● **Exercise objective**
Set down a word-for-word copy of the data below, limited to the lines from the first through the line with "v 14.355 1.016 62.004".
# # # #
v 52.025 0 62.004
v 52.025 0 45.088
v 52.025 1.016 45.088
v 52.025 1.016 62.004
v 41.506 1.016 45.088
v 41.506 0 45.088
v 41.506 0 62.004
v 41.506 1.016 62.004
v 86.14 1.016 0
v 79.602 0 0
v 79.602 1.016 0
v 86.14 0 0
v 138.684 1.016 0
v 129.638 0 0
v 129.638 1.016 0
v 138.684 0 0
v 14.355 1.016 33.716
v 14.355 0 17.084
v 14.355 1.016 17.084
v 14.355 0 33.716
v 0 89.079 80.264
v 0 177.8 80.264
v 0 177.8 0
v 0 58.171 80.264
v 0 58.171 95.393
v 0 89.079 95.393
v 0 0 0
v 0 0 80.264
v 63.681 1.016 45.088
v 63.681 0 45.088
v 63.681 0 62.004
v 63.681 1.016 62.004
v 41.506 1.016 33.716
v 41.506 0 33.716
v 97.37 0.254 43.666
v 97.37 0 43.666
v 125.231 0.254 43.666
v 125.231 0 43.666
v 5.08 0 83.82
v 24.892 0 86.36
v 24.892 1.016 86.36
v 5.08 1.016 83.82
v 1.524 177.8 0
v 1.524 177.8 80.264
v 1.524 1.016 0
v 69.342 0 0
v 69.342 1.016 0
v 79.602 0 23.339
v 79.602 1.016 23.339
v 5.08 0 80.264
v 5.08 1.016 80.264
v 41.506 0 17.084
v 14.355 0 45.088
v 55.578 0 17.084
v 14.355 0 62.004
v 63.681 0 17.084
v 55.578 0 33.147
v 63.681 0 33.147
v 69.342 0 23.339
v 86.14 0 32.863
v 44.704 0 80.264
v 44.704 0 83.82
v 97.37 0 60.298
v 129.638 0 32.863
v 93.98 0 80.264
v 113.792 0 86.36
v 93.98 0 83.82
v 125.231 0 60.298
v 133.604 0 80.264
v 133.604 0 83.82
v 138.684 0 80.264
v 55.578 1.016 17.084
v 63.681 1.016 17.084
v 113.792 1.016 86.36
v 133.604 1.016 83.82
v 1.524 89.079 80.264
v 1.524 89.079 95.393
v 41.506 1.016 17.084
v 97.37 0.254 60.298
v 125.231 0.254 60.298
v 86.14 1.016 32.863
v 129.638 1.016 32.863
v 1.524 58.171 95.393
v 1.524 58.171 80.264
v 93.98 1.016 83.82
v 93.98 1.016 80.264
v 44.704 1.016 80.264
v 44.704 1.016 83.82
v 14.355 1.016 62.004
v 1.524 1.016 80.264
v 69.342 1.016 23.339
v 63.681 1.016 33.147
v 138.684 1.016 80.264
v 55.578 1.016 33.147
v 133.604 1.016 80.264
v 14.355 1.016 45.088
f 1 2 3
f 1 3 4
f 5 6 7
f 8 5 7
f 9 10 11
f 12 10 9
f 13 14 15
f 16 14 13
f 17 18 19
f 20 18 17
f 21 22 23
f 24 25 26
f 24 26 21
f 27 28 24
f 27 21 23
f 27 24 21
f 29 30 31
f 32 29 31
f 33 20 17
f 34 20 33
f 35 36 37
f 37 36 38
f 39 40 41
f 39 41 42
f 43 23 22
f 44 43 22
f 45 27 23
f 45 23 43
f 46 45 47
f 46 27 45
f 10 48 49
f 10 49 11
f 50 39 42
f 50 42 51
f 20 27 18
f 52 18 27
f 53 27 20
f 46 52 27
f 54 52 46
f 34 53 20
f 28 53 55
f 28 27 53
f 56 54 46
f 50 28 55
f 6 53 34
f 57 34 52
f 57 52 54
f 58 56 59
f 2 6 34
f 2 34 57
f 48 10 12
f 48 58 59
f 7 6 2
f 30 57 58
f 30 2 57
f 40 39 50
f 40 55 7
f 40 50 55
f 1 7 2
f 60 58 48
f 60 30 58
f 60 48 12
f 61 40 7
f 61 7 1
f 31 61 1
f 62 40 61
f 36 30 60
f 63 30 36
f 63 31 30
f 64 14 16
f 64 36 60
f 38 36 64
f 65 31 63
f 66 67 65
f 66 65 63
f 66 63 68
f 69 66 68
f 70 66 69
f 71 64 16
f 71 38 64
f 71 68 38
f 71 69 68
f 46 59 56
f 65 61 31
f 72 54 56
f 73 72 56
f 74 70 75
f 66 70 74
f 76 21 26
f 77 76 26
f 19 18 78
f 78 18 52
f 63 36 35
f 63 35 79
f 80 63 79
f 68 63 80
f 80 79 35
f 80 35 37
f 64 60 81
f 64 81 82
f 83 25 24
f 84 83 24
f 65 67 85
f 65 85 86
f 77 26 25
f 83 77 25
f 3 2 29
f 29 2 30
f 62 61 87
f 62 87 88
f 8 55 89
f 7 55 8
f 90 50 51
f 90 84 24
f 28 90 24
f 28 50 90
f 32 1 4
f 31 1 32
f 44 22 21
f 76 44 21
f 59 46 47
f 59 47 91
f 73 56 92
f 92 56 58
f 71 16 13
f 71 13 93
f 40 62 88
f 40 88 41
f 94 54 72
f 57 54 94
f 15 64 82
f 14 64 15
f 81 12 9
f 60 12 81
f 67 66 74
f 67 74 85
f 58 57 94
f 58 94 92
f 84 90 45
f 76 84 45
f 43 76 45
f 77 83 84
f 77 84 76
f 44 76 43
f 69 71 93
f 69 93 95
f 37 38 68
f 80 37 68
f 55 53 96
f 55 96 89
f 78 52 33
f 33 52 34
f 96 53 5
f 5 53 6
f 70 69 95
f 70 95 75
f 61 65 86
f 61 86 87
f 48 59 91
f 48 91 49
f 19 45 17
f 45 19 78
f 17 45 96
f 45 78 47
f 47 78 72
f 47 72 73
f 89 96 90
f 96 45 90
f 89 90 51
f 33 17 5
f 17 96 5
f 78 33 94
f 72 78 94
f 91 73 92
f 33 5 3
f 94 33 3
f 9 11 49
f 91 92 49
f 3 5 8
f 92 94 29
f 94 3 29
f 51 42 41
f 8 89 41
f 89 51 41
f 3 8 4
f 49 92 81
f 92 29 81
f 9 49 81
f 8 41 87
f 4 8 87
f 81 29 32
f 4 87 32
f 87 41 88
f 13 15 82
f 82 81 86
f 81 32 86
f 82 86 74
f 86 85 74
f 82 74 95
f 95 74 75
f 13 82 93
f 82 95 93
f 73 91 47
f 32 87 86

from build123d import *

# Parameters (mm, degrees)
F0_W     = 2715.0481939316
F0_H     = 1663.144826889
F0_W_2   = 810.2502822876
F0_H_2   = 1606.2853336334
F0_H_3   = 1691.5745735168
F0_W_3   = 1165.6231880188
F0_W_4   = 2786.1232757568
F0_H_4   = 1663.1445884705
F1_DEPTH = 101.6
F2_DEPTH = 25.4
F4_DEPTH = 152.4
F5_SCALE = 0.01


with BuildPart() as f1:
    # F0 (on Front) → F1 (new body)
    with BuildSketch(Plane.XZ):
        Polygon((0, 8026.4), (0, 0), (6934.2, 0), (6934.2, 2333.8942527771), (7960.1616859436, 2333.8942527771), (7960.1616859436, 0), (8614.0480041504, 0), (8614.0480041504, 3286.2932682037), (12963.8109207153, 3286.2932682037), (12963.8109207153, 0), (13868.4, 0), (13868.4, 8026.4), (13360.4, 8026.4), (13360.4, 8382), (11379.2, 8636), (9398, 8382), (9398, 8026.4), (4470.4, 8026.4), (4470.4, 8382), (2489.2, 8636), (508, 8382), (508, 8026.4), align=None)
        with Locations((2793.0410504341, 2540.0103330612)):
            Rectangle(F0_W, F0_H, mode=Mode.SUBTRACT)
        with Locations((5962.9664421082, 2511.5805864334)):
            Rectangle(F0_W_2, F0_H_2, mode=Mode.SUBTRACT)
        with Locations((2793.0410504341, 5354.562997818)):
            Rectangle(F0_W, F0_H_3, mode=Mode.SUBTRACT)
        with Locations((5785.2799892426, 5354.562997818)):
            Rectangle(F0_W_3, F0_H_3, mode=Mode.SUBTRACT)
        with Locations((11130.0868988037, 5198.1990337372)):
            Rectangle(F0_W_4, F0_H_4, mode=Mode.SUBTRACT)
        with Locations((11130.0868988037, 5198.1990337372)):
            Rectangle(F0_W_4, F0_H_4)
    extrude(amount=-F1_DEPTH)

    # F0 (on Front) → F2 (cut)
    with BuildSketch(Plane.XZ):
        with Locations((11130.0868988037, 5198.1990337372)):
            Rectangle(F0_W_4, F0_H_4)
    extrude(amount=-F2_DEPTH, mode=Mode.SUBTRACT)

    # F3 (on Right) → F4 (join)
    with BuildSketch(Plane.YZ):
        Polygon((0, 8026.4), (0, 0), (17780, 0), (17780, 8026.4), (8907.9284667969, 8026.4), (8907.9284667969, 9539.3447875977), (5817.1215057373, 9539.3447875977), (5817.1215057373, 8026.4), align=None)
    extrude(amount=F4_DEPTH)


with BuildPart() as f1_1:
    # F5: moved
    add(f1.part.scale(F5_SCALE))


solid = f1_1.part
# # # #
● **Completed task**
v 52.025 0 62.004
v 52.025 0 45.088
v 52.025 1.016 45.088
v 52.025 1.016 62.004
v 41.506 1.016 45.088
v 41.506 0 45.088
v 41.506 0 62.004
v 41.506 1.016 62.004
v 86.14 1.016 0
v 79.602 0 0
v 79.602 1.016 0
v 86.14 0 0
v 138.684 1.016 0
v 129.638 0 0
v 129.638 1.016 0
v 138.684 0 0
v 14.355 1.016 33.716
v 14.355 0 17.084
v 14.355 1.016 17.084
v 14.355 0 33.716
v 0 89.079 80.264
v 0 177.8 80.264
v 0 177.8 0
v 0 58.171 80.264
v 0 58.171 95.393
v 0 89.079 95.393
v 0 0 0
v 0 0 80.264
v 63.681 1.016 45.088
v 63.681 0 45.088
v 63.681 0 62.004
v 63.681 1.016 62.004
v 41.506 1.016 33.716
v 41.506 0 33.716
v 97.37 0.254 43.666
v 97.37 0 43.666
v 125.231 0.254 43.666
v 125.231 0 43.666
v 5.08 0 83.82
v 24.892 0 86.36
v 24.892 1.016 86.36
v 5.08 1.016 83.82
v 1.524 177.8 0
v 1.524 177.8 80.264
v 1.524 1.016 0
v 69.342 0 0
v 69.342 1.016 0
v 79.602 0 23.339
v 79.602 1.016 23.339
v 5.08 0 80.264
v 5.08 1.016 80.264
v 41.506 0 17.084
v 14.355 0 45.088
v 55.578 0 17.084
v 14.355 0 62.004
v 63.681 0 17.084
v 55.578 0 33.147
v 63.681 0 33.147
v 69.342 0 23.339
v 86.14 0 32.863
v 44.704 0 80.264
v 44.704 0 83.82
v 97.37 0 60.298
v 129.638 0 32.863
v 93.98 0 80.264
v 113.792 0 86.36
v 93.98 0 83.82
v 125.231 0 60.298
v 133.604 0 80.264
v 133.604 0 83.82
v 138.684 0 80.264
v 55.578 1.016 17.084
v 63.681 1.016 17.084
v 113.792 1.016 86.36
v 133.604 1.016 83.82
v 1.524 89.079 80.264
v 1.524 89.079 95.393
v 41.506 1.016 17.084
v 97.37 0.254 60.298
v 125.231 0.254 60.298
v 86.14 1.016 32.863
v 129.638 1.016 32.863
v 1.524 58.171 95.393
v 1.524 58.171 80.264
v 93.98 1.016 83.82
v 93.98 1.016 80.264
v 44.704 1.016 80.264
v 44.704 1.016 83.82
v 14.355 1.016 62.004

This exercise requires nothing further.